Dice Peter Handke: «Para que algo suceda, otro suceso tiene que modificarse; o algo, que hasta ese entonces estaba sin movimiento, debe moverse. Si algo continúa estando quieto, no sucede nada; o bien se mueve por sí mismo, o algo exterior a ello lo pone en movimiento: entonces habrá sucedido». Bien. Con movimiento o sin él, todos los años, en octubre, cumplo años. El viernes cumplí cuarenta y cinco años. No sucedió nada. Nada nuevo, quiero decir. En los doce meses previos sí sucedieron cosas. Muchas cosas. Algunas están anotadas en un diario que se publicará próximamente. Entre ellas, mi rostro ha comprendido que cuarenta y cinco son unos cuantos años ya. Lo ha comprendido mejor que yo. No es que quiera ser Peter Pan ni nada de eso, pero levantarse cada madrugada y ver tu nuevo rostro en el espejo es una tarea, digamos, más difícil de digerir. Ahora que ya hay que eliminar unas cuantas cosas -por salud, básicamente-, no sería mala idea deshacerse de los espejos. O asumir definitivamente lo que hace algunos meses comenzó a transformarse. Complicados movimientos, señor Handke.

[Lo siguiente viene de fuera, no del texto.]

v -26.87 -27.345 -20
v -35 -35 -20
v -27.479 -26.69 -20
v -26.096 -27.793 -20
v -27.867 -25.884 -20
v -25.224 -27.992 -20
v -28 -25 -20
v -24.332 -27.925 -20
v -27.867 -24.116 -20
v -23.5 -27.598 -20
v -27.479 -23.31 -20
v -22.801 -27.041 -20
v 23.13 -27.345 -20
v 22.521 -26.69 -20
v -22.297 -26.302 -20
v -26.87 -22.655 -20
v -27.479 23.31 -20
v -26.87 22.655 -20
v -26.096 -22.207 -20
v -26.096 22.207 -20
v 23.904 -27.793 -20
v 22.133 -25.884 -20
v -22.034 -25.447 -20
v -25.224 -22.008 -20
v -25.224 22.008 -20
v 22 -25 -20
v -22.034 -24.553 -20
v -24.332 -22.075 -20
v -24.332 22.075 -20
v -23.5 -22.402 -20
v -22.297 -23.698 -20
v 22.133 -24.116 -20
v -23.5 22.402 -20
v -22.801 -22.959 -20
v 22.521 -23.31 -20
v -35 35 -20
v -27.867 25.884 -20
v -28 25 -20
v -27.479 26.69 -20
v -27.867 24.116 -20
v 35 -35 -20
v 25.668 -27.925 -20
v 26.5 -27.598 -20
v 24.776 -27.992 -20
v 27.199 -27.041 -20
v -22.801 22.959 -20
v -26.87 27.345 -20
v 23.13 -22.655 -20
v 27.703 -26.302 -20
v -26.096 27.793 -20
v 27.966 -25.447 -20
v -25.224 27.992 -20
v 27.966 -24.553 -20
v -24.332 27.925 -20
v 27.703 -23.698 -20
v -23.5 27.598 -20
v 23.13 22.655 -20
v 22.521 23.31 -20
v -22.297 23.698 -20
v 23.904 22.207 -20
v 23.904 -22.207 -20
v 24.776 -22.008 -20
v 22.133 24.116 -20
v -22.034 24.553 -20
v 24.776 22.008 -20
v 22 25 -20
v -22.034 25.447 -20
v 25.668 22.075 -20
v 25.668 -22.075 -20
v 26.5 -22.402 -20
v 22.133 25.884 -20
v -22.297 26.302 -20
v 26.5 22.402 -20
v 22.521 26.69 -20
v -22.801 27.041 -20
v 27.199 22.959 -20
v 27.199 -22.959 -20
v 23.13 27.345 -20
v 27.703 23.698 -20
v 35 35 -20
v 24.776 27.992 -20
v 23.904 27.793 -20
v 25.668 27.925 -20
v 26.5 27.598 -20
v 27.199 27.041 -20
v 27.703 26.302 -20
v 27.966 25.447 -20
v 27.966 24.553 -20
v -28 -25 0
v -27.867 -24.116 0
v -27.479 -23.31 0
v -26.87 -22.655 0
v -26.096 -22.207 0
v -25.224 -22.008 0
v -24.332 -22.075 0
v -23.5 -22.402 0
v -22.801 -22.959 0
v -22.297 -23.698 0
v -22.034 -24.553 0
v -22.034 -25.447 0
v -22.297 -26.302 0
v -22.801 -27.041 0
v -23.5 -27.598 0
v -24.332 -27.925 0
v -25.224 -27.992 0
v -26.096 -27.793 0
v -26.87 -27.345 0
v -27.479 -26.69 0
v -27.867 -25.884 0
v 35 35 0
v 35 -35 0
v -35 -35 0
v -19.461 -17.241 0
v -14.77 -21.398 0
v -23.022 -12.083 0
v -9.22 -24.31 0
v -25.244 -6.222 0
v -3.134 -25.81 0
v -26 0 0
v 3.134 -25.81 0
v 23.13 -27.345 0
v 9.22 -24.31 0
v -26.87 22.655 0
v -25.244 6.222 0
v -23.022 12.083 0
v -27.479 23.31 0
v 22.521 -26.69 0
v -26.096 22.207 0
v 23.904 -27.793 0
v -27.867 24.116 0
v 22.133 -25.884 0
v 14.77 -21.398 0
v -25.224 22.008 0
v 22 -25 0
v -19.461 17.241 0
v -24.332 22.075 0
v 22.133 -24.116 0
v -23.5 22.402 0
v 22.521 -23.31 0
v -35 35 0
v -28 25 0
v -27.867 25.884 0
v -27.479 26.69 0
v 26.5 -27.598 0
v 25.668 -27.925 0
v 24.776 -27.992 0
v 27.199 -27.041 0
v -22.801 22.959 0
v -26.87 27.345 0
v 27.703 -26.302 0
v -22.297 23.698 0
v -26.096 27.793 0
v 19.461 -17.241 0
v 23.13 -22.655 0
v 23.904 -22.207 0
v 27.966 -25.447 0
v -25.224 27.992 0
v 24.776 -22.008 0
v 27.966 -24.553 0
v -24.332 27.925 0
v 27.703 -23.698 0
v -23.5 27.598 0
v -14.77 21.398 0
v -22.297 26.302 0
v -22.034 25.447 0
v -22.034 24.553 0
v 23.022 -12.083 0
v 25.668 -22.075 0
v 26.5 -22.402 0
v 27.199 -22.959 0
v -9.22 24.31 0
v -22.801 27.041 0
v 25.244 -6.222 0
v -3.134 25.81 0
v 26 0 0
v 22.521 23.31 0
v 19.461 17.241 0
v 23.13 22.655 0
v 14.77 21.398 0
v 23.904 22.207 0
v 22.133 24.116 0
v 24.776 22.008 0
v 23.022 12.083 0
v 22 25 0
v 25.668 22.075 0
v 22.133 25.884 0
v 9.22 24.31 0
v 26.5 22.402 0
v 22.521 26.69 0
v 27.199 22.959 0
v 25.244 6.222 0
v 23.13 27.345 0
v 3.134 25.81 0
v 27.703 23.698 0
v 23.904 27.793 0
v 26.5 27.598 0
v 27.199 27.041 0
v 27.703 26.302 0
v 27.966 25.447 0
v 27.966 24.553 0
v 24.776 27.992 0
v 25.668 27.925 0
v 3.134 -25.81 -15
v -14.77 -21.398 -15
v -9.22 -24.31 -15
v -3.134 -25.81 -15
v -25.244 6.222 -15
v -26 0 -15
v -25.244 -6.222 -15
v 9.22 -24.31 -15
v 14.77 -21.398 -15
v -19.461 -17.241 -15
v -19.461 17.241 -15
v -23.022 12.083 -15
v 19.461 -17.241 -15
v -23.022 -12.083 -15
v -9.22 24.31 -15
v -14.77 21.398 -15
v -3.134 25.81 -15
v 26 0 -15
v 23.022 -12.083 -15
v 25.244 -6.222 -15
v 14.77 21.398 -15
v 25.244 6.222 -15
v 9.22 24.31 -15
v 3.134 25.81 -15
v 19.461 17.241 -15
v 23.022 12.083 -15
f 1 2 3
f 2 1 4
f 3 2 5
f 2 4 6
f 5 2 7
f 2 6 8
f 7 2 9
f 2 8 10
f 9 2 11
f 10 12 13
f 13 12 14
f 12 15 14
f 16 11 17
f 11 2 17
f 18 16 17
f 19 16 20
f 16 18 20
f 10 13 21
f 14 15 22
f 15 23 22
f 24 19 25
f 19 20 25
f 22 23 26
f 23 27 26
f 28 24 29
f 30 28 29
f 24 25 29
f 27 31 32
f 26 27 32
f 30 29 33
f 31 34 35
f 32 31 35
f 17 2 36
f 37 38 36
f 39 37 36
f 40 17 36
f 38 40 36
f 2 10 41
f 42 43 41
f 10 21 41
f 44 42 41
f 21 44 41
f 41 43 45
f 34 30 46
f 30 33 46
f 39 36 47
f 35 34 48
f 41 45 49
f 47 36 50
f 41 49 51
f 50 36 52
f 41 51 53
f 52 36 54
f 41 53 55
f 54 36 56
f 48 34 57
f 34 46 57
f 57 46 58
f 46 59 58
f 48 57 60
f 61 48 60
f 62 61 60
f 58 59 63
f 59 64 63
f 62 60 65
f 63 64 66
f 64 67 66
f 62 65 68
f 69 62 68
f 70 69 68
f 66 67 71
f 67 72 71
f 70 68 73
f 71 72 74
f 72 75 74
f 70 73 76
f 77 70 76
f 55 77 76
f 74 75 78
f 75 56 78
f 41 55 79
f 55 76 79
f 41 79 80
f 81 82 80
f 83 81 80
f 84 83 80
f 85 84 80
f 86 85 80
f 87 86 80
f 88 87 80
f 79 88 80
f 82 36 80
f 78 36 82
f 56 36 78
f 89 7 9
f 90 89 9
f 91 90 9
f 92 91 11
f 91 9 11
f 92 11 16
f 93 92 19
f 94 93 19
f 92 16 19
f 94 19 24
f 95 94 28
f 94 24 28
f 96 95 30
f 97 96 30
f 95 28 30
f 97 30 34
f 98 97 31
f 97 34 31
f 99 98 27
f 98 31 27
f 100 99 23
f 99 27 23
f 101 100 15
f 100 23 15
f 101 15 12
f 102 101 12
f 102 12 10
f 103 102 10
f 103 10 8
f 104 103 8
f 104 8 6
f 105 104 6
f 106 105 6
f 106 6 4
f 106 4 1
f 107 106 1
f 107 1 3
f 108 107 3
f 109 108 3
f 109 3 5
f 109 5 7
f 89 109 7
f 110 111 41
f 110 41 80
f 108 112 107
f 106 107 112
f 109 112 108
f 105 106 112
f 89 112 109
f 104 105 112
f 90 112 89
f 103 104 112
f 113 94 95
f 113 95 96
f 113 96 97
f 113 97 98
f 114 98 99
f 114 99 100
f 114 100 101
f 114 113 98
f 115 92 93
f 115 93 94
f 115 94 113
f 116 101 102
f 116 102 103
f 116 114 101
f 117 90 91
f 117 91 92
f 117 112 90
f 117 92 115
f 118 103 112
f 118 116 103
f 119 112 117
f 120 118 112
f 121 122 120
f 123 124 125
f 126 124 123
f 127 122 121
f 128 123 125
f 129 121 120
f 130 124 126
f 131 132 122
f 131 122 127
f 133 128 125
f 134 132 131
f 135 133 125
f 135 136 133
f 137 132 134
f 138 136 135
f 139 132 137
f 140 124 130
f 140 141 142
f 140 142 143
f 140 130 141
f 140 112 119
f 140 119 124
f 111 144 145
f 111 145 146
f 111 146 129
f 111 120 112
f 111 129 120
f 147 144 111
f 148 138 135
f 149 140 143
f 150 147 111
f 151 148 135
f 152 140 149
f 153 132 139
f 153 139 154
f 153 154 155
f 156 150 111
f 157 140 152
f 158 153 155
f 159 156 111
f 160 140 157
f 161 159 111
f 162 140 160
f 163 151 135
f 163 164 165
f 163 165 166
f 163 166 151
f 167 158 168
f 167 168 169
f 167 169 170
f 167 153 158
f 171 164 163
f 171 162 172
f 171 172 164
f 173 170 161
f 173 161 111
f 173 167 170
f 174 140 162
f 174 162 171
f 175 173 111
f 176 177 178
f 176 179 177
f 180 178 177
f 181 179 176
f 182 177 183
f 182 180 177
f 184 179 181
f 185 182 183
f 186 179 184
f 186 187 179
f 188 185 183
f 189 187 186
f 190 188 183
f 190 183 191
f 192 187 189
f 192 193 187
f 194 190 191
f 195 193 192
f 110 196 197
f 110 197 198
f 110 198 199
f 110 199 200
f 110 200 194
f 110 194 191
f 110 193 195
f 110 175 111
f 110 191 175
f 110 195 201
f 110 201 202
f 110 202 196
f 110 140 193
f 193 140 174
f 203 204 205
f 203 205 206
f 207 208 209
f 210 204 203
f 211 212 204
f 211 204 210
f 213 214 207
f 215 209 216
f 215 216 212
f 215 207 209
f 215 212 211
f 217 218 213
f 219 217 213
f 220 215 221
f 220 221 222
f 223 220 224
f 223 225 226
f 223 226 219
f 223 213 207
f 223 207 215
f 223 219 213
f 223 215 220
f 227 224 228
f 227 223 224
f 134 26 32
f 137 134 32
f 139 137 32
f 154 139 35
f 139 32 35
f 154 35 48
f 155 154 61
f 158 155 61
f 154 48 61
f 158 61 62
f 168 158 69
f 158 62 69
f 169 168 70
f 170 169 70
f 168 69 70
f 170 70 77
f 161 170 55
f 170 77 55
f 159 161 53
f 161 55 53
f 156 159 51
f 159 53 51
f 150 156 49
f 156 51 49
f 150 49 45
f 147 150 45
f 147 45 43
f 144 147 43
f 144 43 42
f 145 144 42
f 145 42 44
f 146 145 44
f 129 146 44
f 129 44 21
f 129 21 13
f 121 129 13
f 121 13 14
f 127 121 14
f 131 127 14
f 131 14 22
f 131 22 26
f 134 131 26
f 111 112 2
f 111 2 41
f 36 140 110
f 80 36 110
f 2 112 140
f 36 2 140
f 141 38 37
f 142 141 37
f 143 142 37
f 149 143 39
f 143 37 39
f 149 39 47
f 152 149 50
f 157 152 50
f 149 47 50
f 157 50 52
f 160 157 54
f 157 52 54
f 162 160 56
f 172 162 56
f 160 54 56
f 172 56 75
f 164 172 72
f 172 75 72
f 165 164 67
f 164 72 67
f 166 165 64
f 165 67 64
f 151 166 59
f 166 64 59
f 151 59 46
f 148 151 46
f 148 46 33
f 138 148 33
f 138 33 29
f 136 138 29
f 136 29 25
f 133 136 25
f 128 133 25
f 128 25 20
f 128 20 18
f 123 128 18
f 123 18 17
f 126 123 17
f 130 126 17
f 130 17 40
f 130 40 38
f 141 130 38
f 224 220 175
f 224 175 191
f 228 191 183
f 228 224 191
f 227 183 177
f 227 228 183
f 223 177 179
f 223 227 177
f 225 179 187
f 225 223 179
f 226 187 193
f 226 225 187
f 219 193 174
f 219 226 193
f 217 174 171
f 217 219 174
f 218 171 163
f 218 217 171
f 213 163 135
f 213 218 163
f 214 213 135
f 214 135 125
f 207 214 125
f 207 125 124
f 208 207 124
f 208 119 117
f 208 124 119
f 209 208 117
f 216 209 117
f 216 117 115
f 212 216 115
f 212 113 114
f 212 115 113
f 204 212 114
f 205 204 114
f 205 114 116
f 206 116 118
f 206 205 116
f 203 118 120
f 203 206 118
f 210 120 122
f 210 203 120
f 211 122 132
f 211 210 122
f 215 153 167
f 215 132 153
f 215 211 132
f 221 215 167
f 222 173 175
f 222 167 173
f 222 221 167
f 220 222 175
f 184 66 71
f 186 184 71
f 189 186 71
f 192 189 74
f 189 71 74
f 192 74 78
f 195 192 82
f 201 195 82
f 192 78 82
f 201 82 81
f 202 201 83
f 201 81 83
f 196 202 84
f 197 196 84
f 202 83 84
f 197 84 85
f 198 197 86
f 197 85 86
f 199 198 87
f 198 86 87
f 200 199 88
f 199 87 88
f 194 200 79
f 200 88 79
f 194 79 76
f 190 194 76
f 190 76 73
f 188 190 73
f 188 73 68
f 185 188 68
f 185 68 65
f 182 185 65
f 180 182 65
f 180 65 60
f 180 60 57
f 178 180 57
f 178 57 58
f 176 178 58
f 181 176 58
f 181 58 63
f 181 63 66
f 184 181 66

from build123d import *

# Parameters (mm, degrees)
ESQUISSE1_W                  = 70
ESQUISSE1_H                  = 70
BOSS_EXTRU_1_DEPTH           = 20
ENL_V_MAT_EXTRU_1_DEPTH      = 54.38539126
ENL_V_MAT_EXTRU_1_DEPTH_BACK = 15
ESQUISSE2_R                  = 26
ESQUISSE3_R                  = 3
ENL_V_MAT_EXTRU_2_DEPTH      = 54.38539126


with BuildPart() as part:
    # Esquisse1 → Boss.-Extru.1 (new body)
    with BuildSketch(Plane.XY):
        Rectangle(ESQUISSE1_W, ESQUISSE1_H)
    extrude(amount=-BOSS_EXTRU_1_DEPTH)

    # Esquisse2 → Enlèv. mat.-Extru.1 (cut, two sides: drawn at the far end of the back side and taken through both)
    with BuildSketch(Plane.XY.offset(-ENL_V_MAT_EXTRU_1_DEPTH_BACK)):
        Circle(ESQUISSE2_R)
    extrude(amount=ENL_V_MAT_EXTRU_1_DEPTH + ENL_V_MAT_EXTRU_1_DEPTH_BACK, mode=Mode.SUBTRACT)

    # Esquisse3 → Enlèv. mat.-Extru.2 (cut, through all)
    with BuildSketch(Plane(origin=(0, 0, -20), x_dir=(-1, 0, 0), z_dir=(0, 0, -1))):
        with Locations((-25, 25)):
            Circle(ESQUISSE3_R)
        with Locations((25, 25)):
            Circle(ESQUISSE3_R)
        with Locations((25, -25)):
            Circle(ESQUISSE3_R)
        with Locations((-25, -25)):
            Circle(ESQUISSE3_R)
    extrude(amount=-ENL_V_MAT_EXTRU_2_DEPTH, mode=Mode.SUBTRACT)


solid = part.part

Se ponía unos zapatones negros, una especie de camiseta de rayas alargada, una nariz roja y salía a la pista, que era el escenario de los payasos. A todos nos toca un papel en la vida y a él, durante años, le tocó ese, el del payaso triste. A principios de los 80, y durante unos cuantos años más, fue un circo próspero, con animales, trapecistas y todo aquello que entusiasmaba a los niños de la época. Ahora, por unas causas y otras, los animales no son bien vistos en estos espectáculos, las trapecistas padecen artrosis y él, entre dolencias y depresiones, ya no está para muchos trotes. En el fondo, agradece que el circo haya cerrado sus puertas definitivamente. Pasa muchas horas en la cama. Piensa en su mujer cuando era joven y no estaba enferma (el cáncer se la llevó el año pasado, pero ni siquiera la enfermedad pudo arrebatarle aquella sonrisa dulce y casi juvenil), en los hijos que no tuvieron (nunca los echó de menos hasta ahora), en los aplausos y las risas del público cuando resbalaba intencionadamente o recibía un tortazo del otro payaso en medio de la pista, ¿qué habrá sido de él? En fin, piensa en los buenos tiempos. De los que sólo queda esa nariz roja que, encima de la mesita, justo al lado de esa pequeña radio que tanta compañía le hace, es como la luz de un faro, la única señal que le indica que aún está vivo.

Y hablando de narices rojas de payaso. Una de ellas es la clave de Incendios, la obra de Wajdi Mouawad (publicada en castellano por KRK) que se representa estos días en la Abadía y que en noviembre estará en Oviedo, bajo la dirección de Mario Gas. Todo empieza con la muerte de una mujer. Y con la apertura de su extraño testamento. Les deja a sus dos hijos gemelos, chico y chica, varias cartas y un cuaderno de tapas rojas. Da comienzo así la indagación, el largo viaje al final de la noche, las pistas que conducirán a esos dos jóvenes hasta el fondo de las cosas, hasta la verdad, hasta el tremendo secreto que desvelará la nariz roja. La ignorancia, la guerra y sus desastres, los imprevisibles hilos del azar, el destino, las canciones que se cantan con alegría y las canciones que se cantan con horror. El salvaje dolor de una madre. El (previo) enaltecimiento del amor. Y la separación, la huida, el destierro, la búsqueda. Todos los intérpretes están soberbios, encabezados por una majestuosa Nùria Espert. Hacía tiempo que no veía una obra tan brutal sobre la condición humana y sus desvaríos.

De nuevo Handke: “El movimiento no necesita ser visto por otro; no necesita ser oído. También el pensamiento es un movimiento, aunque sea invisible. Cuando surge el pensamiento, sucede eso. Aun cuando nace un dolor, es un movimiento; surge en el cuerpo, sin que quien mira el cuerpo pueda notarlo.”